第六話:恋の暗転
駅のホームでは、各組の点呼を取っており、俺もしっかりと自分の番号を、元気よく叫ぶと辺りを見回してみた。
「ほぉ〜……」
目に映る物全てが初めてで、飽きずに俺は建物などを物色した。
さっきの事が忘れられるようだった。さっぱり綺麗に。
「はいは〜い!こっち注目〜!」
担任の大声が響く。駅員までこっちに注目しているので、やや恥ずかしい。
「じゃあこれから、バスに乗って、美術館の方に行きますので、組ごとに整列して下さい!」
何故か修学旅行では、行ったところで何も楽しくない場所に行かなくてはならない、お約束がある。一体誰が目的地を決めているのだろうか。いるとしたら、その者はかなり間違いを犯している。
ざわざわと俺の組も整列の隊形となると、
「はい、一組からバスに乗って〜!」
やはりここでも数字の若い順に行動する。謎である。別に逆も悪くないと思うのだが。
「ひ〜、暑いなぁ〜」
隣で朝ガタガタ震えてる奴がよく言う。
「ジャンバー脱げばいいじゃん……」
さりげなくフォローするあたりが、大人な感じがしてならない今日この頃である。
「いやでもさ、持つの面倒じゃん?」
「……あっそ」
くだらない会話を交わす内に、俺達の組の番が回ってきた。何となく、他の組よりバスが遠い。
「はい乗れ〜!」
まず一斑からぞろぞろとバスに乗車していくのを見ていると、誰かが俺の肩を軽く叩いた。
「あ?」
「あの……」
弓だった。ちなみに俺と弓は同じ班なので、先程から俺達は近くにいたのである。
だが、今頃何の用であろうか。さっきの謝罪なら話は違ってくるが。
「何か用か?」
「……もしかして、勇助怒ってる?」
「いや、別に」
俺は明らかに、不機嫌な表情と声のトーンで短く答えた。
「さっきは……、ごめんね?さっさと言わなくて………。でも、言わなきゃいけないよね。だから、後で美術館に行ったら、全部話すね?約束する」
「………何で今言わないんだよ?」
思ってもいない事が次から次へと、勝手に口が喋り出した。
「そんなに言いたくないのかよ?」
何で?
「何で今まで俺に言わなかったんだよ……!」
止まらない。
「答えろ!」
小さな声、しかし、とても強い感情がこもっている。だけど、本当は一つもそんな事は思ってない。何で?どうして?

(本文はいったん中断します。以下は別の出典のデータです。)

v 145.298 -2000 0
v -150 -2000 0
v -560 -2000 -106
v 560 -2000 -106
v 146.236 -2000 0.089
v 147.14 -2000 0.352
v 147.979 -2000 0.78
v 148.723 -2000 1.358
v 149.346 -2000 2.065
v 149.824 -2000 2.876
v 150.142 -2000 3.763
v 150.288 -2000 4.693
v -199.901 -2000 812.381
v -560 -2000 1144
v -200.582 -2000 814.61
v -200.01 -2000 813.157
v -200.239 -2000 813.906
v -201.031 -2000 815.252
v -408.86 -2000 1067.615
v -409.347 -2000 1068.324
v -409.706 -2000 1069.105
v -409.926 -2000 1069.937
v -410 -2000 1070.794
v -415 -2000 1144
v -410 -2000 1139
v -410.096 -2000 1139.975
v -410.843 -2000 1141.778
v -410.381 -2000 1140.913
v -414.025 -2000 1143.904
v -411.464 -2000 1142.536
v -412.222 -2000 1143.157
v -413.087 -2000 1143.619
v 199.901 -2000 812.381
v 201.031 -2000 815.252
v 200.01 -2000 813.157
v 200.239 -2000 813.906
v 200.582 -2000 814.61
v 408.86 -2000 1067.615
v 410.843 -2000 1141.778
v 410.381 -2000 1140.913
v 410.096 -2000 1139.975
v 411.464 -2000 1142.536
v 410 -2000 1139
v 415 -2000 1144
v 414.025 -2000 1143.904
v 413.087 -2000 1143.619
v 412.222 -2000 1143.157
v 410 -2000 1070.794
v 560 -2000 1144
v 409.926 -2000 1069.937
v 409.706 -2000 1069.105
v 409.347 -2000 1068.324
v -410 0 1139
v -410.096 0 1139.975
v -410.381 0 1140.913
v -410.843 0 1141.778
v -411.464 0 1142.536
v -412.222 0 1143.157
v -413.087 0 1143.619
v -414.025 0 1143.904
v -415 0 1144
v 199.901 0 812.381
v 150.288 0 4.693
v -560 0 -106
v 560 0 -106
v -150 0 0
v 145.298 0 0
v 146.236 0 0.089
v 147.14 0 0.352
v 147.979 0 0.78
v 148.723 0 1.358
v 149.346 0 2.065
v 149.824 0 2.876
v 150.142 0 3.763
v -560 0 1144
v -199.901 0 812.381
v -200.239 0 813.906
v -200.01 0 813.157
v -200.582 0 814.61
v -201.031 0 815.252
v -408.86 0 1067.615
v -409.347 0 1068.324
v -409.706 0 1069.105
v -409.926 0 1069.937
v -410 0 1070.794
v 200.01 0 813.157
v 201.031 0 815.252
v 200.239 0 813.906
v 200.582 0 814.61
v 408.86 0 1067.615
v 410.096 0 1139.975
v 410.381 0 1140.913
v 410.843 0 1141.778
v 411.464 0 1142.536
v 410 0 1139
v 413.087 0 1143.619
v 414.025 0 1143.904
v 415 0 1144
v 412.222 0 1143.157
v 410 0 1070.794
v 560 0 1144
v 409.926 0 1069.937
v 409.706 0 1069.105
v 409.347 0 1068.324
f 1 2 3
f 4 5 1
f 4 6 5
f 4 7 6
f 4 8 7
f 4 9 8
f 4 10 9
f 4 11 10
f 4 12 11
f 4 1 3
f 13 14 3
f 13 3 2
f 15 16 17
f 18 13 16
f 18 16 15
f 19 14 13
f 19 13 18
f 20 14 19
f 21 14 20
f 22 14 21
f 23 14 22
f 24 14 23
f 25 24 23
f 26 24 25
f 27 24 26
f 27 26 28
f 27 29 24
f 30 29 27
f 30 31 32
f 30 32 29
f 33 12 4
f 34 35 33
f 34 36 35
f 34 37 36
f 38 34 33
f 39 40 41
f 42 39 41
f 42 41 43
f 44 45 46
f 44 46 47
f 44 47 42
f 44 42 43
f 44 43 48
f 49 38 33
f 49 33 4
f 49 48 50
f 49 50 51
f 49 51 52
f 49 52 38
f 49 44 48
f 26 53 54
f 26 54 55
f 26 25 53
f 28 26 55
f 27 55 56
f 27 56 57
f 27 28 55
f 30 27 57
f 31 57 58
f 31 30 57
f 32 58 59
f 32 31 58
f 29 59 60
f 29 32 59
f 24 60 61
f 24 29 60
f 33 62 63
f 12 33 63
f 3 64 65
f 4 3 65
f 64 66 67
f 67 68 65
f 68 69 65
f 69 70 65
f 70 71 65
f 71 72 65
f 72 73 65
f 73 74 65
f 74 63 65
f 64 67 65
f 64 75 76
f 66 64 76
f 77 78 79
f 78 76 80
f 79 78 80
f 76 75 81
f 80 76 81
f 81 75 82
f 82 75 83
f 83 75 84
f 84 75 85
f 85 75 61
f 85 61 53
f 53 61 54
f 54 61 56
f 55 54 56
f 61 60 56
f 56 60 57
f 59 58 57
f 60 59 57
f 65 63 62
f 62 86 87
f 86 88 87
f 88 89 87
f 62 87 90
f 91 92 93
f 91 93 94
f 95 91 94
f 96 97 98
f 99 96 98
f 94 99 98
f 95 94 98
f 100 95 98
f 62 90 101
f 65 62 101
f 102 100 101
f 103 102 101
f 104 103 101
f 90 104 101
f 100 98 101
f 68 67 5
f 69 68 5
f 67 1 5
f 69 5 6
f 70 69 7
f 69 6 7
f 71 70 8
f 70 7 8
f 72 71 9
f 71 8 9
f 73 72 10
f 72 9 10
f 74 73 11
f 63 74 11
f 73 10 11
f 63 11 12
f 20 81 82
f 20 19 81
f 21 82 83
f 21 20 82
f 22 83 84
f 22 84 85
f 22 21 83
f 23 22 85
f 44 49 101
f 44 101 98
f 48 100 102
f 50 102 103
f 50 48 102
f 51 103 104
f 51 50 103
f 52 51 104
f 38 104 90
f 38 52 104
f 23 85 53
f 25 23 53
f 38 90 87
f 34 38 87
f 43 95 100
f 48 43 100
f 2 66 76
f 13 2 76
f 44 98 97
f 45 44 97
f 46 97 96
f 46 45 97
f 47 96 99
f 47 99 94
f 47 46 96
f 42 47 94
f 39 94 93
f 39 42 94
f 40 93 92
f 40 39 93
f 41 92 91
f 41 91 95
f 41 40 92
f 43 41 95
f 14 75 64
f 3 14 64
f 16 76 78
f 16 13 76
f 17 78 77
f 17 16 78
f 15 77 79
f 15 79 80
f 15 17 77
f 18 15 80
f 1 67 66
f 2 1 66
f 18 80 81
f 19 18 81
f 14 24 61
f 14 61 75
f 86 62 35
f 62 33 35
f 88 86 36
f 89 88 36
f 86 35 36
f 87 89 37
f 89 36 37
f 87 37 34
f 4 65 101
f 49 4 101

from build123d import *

# Parameters (mm, degrees)
F1_DEPTH = 2000
F2_R     = 5
F3_R     = 5
F4_R     = 5
F5_R     = 5


with BuildPart() as f1:
    # F0 (on Front) → F1 (new body)
    with BuildSketch(Plane.XZ):
        Polygon((150, 0), (0, 0), (-150, 0), (-200, 814), (-410, 1069), (-410, 1144), (-560, 1144), (-560, -106), (0, -106), (560, -106), (560, 1144), (410, 1144), (410, 1069), (200, 814), align=None)
    extrude(amount=F1_DEPTH)

    # F2
    f2_edges = [f1.edges().sort_by_distance(p)[0] for p in [
        (-200, -1000, 814),
    ]]
    fillet(f2_edges, radius=F2_R)

    # F3
    f3_edges = [f1.edges().sort_by_distance(p)[0] for p in [
        (-410, -1000, 1069),
    ]]
    fillet(f3_edges, radius=F3_R)

    # F4
    f4_edges = [f1.edges().sort_by_distance(p)[0] for p in [
        (-410, -1000, 1144),
    ]]
    fillet(f4_edges, radius=F4_R)

    # F5
    f5_edges = [f1.edges().sort_by_distance(p)[0] for p in [
        (410, -1000, 1144),
        (200, -1000, 814),
        (150, -1000, 0),
        (410, -1000, 1069),
    ]]
    fillet(f5_edges, radius=F5_R)


solid = f1.part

「ご、ごめんなさい。でもここじゃ、どうしても言えないの。本当にごめんね……?」
弓の目に大きな涙が光り始めた頃、ようやく体がいう事を聞くようになった。というか、我に返ったという方が、近い感じがする。
「……そうかよ」
「うん…」
正直、謝りたくても謝れない、後に引けない状況に陥っていた。何というか、すごく気まずい感じがする。
「まぁ……、分かればいいけどさ……」
何を分かったのかは謎だが、一応俺は引いてみた。
「あ……、ありがとう」
成功したようである。
「じゃ、じゃあ……、二階の絵画コーナー近くの、休憩室で待ってるね」
それだけ言うと、弓はそそくさとバスの中へと入っていった。
「おい、新岩。もう俺達の乗る番だぞ」
「……そうか」
「何かあったのか?矢川と」
胸が急に高鳴った。ばれていたのか?
「な、何で?」
俺の返答も段々と、危ない感じになっていく。
「だってさ、さっきから結構話している割にはさ、お互い険悪な表情しているからさ」
こいつは余計な時だけ、勘が鋭くなる。全く嫌な特技である。
「気のせいだよ、気のせい。さっき俺が矢川のお菓子を食べすぎたんだよ」
「あ、そっか」
そしてこいつは、呆れるほどバカな奴であり、とても扱いやすくもあるのだ。
俺達の班が全員乗車し終わると、次の班が間髪いれずにどんどんと乗車してくる。
またしても、バスの座席は幸か不幸か、弓だった。